Usually such an element is contained by a node view that enables features, such as resizing and moving of the element.
Multi line text box, using xhtml.
Example implementation
A common example use case for using a ForeignObjectView is to benefit from word wrapping support of HTML to show multiline text box.
Therefore we would create a custom text node (which extends the GForeignObjectElement) which is contained by a parent node (hence we will configure both as node types in the diagram configuration).
Java GLSP Server
String multiLineComment = "Lorem ipsum dolor sit amet, consectetur adipiscing elit.\n"
+ "Nam at tellus quis lacus auctor congue vel sit amet lectus.\n"
+ "Cras interdum lectus vel enim mollis maximus.";
new GNodeBuilder("comment-node-parent")
.addCssClass("comment-node-parent")
.size(GraphUtil.dimension(720, 125))
.position(point.orElse(GraphUtil.point(0, 0)))
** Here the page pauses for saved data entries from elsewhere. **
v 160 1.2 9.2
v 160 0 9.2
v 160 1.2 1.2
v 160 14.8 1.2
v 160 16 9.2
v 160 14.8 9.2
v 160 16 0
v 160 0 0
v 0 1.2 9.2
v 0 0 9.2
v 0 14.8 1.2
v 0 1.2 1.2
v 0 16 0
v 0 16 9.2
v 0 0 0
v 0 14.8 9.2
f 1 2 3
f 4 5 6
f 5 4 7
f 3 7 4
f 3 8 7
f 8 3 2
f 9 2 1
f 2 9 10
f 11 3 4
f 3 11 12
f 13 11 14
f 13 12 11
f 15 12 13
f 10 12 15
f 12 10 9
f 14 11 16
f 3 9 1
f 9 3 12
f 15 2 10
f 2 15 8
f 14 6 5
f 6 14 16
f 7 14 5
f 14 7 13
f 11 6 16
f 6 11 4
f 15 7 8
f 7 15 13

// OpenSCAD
// ScienceClaw nominal U-channel. All dimensions in millimeters.
// Clamp the first clamp_length along x. No holes or clamp reinforcement.
// Print parameters, layer orientation, material batch, and actual dimensions
// must be recorded separately; this file does not prescribe a qualified process.
length = 160;
clamp_length = 25;
base_width = 16;
wall_height = 8;
thickness = 1.2;
assert(length > clamp_length && clamp_length > 0);
assert(base_width > 2 * thickness && thickness > 0 && wall_height >= 0);
union() {
    cube([length, base_width, thickness]);
    if (wall_height > 0) {
        translate([0, 0, thickness]) cube([length, thickness, wall_height]);
        translate([0, base_width - thickness, thickness]) cube([length, thickness, wall_height]);
    }
}
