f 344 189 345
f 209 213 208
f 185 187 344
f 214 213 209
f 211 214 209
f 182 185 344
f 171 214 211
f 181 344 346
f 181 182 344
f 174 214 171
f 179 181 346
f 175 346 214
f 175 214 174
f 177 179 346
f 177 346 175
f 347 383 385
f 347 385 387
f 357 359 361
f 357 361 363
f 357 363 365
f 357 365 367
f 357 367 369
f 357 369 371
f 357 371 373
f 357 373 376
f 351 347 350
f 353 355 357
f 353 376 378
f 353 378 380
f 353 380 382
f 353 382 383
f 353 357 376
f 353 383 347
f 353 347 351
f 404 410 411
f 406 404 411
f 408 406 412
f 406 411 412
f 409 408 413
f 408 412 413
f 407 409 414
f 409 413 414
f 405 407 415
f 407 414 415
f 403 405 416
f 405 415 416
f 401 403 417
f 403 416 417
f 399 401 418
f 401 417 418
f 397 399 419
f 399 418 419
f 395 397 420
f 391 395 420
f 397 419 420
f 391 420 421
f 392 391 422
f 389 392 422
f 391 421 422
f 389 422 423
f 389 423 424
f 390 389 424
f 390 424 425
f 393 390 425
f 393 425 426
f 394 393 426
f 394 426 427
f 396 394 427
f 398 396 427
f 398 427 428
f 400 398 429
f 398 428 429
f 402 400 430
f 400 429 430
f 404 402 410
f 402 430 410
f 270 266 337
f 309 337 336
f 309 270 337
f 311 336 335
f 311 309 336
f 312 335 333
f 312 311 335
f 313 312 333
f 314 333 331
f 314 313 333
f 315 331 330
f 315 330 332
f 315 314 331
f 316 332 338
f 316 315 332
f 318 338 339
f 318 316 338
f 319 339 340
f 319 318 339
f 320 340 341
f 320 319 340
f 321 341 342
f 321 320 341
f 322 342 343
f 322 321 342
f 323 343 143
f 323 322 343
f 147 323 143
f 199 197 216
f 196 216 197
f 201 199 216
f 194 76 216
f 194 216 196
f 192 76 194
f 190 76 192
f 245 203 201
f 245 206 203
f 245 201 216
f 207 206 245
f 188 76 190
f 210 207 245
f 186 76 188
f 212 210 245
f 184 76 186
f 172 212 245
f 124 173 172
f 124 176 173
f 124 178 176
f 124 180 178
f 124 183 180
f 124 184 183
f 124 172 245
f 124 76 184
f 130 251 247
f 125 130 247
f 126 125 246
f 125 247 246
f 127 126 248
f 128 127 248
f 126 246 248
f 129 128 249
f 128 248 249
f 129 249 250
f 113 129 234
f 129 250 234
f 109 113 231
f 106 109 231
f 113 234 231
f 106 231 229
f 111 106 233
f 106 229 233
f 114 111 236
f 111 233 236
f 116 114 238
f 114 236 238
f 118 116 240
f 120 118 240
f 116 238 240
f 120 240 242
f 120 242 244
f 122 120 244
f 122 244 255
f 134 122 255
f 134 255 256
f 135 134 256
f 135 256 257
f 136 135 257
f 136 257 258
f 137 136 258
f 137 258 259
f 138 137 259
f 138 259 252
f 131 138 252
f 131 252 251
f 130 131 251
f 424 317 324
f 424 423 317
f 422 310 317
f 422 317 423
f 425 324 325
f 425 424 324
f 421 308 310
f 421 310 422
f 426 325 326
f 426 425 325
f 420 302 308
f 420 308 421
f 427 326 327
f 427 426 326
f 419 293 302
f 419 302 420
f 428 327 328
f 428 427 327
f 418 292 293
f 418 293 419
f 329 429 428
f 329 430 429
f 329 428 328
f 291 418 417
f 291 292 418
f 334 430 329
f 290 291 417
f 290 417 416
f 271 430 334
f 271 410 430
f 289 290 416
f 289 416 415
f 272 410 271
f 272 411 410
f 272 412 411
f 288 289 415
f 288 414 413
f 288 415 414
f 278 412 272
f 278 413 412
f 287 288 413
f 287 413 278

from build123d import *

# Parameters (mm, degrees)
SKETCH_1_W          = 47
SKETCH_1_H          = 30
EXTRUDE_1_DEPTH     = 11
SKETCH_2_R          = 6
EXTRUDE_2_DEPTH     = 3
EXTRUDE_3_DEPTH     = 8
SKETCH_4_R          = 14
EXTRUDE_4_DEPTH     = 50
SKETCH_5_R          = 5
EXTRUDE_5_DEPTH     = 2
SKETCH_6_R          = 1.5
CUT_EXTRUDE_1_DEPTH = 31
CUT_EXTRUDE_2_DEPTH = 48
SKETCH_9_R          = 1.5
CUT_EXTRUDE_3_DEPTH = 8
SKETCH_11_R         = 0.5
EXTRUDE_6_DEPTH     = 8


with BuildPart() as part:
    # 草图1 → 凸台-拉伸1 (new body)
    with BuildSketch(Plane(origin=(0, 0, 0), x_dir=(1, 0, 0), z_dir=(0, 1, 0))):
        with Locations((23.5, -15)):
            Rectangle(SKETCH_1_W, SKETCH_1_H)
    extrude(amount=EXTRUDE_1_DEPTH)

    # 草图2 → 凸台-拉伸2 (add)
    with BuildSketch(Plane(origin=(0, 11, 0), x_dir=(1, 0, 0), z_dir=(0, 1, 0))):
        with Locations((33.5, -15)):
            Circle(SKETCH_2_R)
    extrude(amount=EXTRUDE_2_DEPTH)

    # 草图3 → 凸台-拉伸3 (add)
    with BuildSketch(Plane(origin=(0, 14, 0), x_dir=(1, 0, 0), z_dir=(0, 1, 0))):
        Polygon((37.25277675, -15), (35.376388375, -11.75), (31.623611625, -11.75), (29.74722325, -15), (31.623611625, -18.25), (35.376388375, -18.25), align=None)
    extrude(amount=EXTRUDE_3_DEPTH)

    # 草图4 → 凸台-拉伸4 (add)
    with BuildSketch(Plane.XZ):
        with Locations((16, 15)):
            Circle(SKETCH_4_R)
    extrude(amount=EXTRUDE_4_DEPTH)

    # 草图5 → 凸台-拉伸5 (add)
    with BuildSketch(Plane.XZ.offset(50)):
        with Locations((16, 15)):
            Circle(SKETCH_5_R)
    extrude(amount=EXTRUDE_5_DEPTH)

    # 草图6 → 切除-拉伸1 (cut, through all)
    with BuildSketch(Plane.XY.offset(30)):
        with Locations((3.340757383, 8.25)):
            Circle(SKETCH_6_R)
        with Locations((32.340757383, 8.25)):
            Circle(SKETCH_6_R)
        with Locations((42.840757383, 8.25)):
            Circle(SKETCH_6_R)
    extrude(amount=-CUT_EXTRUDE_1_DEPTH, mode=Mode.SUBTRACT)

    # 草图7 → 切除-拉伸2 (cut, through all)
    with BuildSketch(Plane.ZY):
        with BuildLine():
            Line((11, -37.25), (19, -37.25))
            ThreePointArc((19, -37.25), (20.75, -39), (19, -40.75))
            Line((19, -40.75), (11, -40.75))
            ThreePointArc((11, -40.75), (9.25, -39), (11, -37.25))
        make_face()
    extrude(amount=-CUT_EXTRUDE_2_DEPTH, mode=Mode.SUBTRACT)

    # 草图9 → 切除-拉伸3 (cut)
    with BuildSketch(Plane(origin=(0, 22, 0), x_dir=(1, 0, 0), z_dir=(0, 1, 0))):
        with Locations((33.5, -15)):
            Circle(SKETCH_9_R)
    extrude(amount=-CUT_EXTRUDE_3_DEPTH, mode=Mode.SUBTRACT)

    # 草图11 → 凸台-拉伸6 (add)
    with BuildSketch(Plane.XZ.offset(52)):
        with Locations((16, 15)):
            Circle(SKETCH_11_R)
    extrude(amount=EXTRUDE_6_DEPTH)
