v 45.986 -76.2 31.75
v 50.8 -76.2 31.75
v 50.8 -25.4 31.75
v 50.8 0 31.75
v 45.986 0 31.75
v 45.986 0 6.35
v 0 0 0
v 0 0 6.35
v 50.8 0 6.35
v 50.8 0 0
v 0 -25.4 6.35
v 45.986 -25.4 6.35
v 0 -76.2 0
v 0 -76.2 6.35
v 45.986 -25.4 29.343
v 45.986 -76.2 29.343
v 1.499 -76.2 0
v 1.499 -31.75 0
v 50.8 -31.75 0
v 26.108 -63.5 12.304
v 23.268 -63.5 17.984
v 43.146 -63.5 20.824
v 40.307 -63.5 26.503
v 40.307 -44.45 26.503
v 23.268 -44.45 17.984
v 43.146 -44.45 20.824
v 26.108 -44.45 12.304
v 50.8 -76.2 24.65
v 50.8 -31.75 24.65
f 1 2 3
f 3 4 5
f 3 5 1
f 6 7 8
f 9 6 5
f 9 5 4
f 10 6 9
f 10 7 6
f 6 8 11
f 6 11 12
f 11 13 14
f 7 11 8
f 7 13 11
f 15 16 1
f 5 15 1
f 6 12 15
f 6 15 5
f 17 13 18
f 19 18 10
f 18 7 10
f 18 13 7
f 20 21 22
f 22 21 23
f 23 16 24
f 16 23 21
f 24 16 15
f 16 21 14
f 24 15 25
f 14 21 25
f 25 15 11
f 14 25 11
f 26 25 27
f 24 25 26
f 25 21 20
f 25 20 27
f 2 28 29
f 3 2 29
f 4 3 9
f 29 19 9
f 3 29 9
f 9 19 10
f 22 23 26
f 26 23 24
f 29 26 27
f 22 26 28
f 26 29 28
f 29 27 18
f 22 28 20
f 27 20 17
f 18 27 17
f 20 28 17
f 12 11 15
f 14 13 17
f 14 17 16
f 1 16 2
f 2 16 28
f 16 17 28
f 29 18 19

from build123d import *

# Parameters (mm, degrees)
SKETCH1_W           = 50.8
SKETCH1_H           = 76.2
BOSS_EXTRUDE1_DEPTH = 6.35
SKETCH2_W           = 50.8
SKETCH2_H           = 50.8
BOSS_EXTRUDE2_DEPTH = 25.4
CUT_EXTRUDE1_REACH  = 52.8
SKETCH4_W           = 4.813703211
SKETCH4_H           = 76.2
BOSS_EXTRUDE3_DEPTH = 31.75
CUT_EXTRUDE2_DEPTH  = 44.45
CUT_EXTRUDE3_REACH  = 30.398
SKETCH6_W           = 19.05
SKETCH6_H           = 19.05


with BuildPart() as part:
    # Sketch1 → Boss-Extrude1 (new body)
    with BuildSketch(Plane.XY):
        with Locations((25.4, -38.1)):
            Rectangle(SKETCH1_W, SKETCH1_H)
    extrude(amount=BOSS_EXTRUDE1_DEPTH)

    # Sketch2 → Boss-Extrude2 (add)
    with BuildSketch(Plane.XY.offset(6.35)):
        with Locations((25.4, -50.8)):
            Rectangle(SKETCH2_W, SKETCH2_H)
    extrude(amount=BOSS_EXTRUDE2_DEPTH)

    # Sketch3 → Cut-Extrude1 (cut, up to next)
    with BuildSketch(Plane(origin=(0, -25.4, 0), x_dir=(1, 0, 0), z_dir=(0, 1, 0)), mode=Mode.PRIVATE) as cut_extrude1_sk1:
        Polygon((0, -6.35), (0, -31.75), (50.8, -31.75), align=None)
    cut_extrude1_tool1 = extrude(cut_extrude1_sk1.sketch, amount=-CUT_EXTRUDE1_REACH, mode=Mode.PRIVATE) & part.part
    add(cut_extrude1_tool1.solids().sort_by_distance((16.933333, -25.4, 23.283333))[0], mode=Mode.SUBTRACT)

    # Sketch4 → Boss-Extrude3 (add)
    with BuildSketch(Plane(origin=(0, 0, 0), x_dir=(-1, 0, 0), z_dir=(0, 0, -1))):
        with Locations((-48.393148395, -38.1)):
            Rectangle(SKETCH4_W, SKETCH4_H)
    extrude(amount=-BOSS_EXTRUDE3_DEPTH)

    # Sketch5 → Cut-Extrude2 (cut)
    with BuildSketch(Plane.XZ.offset(76.2)):
        Polygon((50.8, 0), (50.8, 24.650484171), (1.499031657, 0), align=None)
    extrude(amount=-CUT_EXTRUDE2_DEPTH, mode=Mode.SUBTRACT)

    # Sketch6 → Cut-Extrude3 (cut, up to next)
    with BuildSketch(Plane(origin=(-2.54, 0, 5.08), x_dir=(0.894427191, 0, 0.447213595), z_dir=(-0.447213595, 0, 0.894427191)), mode=Mode.PRIVATE) as cut_extrude3_sk1:
        with Locations((38.379049159, -53.975)):
            Rectangle(SKETCH6_W, SKETCH6_H)
    cut_extrude3_tool1 = extrude(cut_extrude3_sk1.sketch, amount=-CUT_EXTRUDE3_REACH, mode=Mode.PRIVATE) & part.part
    add(cut_extrude3_tool1.solids().sort_by_distance((31.787265, -53.975, 22.243633))[0], mode=Mode.SUBTRACT)


solid = part.part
.add(new GNodeBuilder("comment-node")
.addArgument("text", multiLineComment)
.build())
.build();
Node GLSP Server
const multiLineComment =
"Lorem ipsum dolor sit amet, consectetur adipiscing elit.\n" +
"Nam at tellus quis lacus auctor congue vel sit amet lectus.\n" +
"Cras interdum lectus vel enim mollis maximus.";
GNode.builder()
.type("comment-node-parent")
.addCssClass("comment-node-parent")
.size(720, 125)
.position(point ?? Point.ORIGIN)
.add(
GNode.builder()
.type("comment-node")
.addArg("text", multiLineComment)
.build()
)
.build();
We create the custom node element as follows:
export class MultiLineTextNode
extends GForeignObjectElement
implements ArgsAware, EditableLabel
{
readonly isMultiLine = true;
readonly args: Args;
text = "";
override set bounds(bounds: Bounds) {
/* ignore set bounds, always use the parent's bounds */
}
override get bounds(): Bounds {
if (isBoundsAware(this.parent)) {
return {
x: this.position.x,
y: this.position.y,
width: this.parent.bounds.width,
height: this.parent.bounds.height,
};
}
return Bounds.EMPTY;
}
// @ts-expect-error Arguments are set in the element
override get code(): string {
if (this.text === "") {
const textArg = this.args["text"];
if (typeof textArg === "string") {
this.text = textArg;
}
}
return `<pre>${this.text}</pre>`;
}
override namespace = "http://www.w3.org/1999/xhtml";
get editControlDimension(): Dimension {
return {
width: this.bounds.width - 4,
height: this.bounds.height - 4,
};
}
}
To register this node type, we configure it with ForeignObjectView, disable moveFeature and selectFeature (as this handled by its parent node).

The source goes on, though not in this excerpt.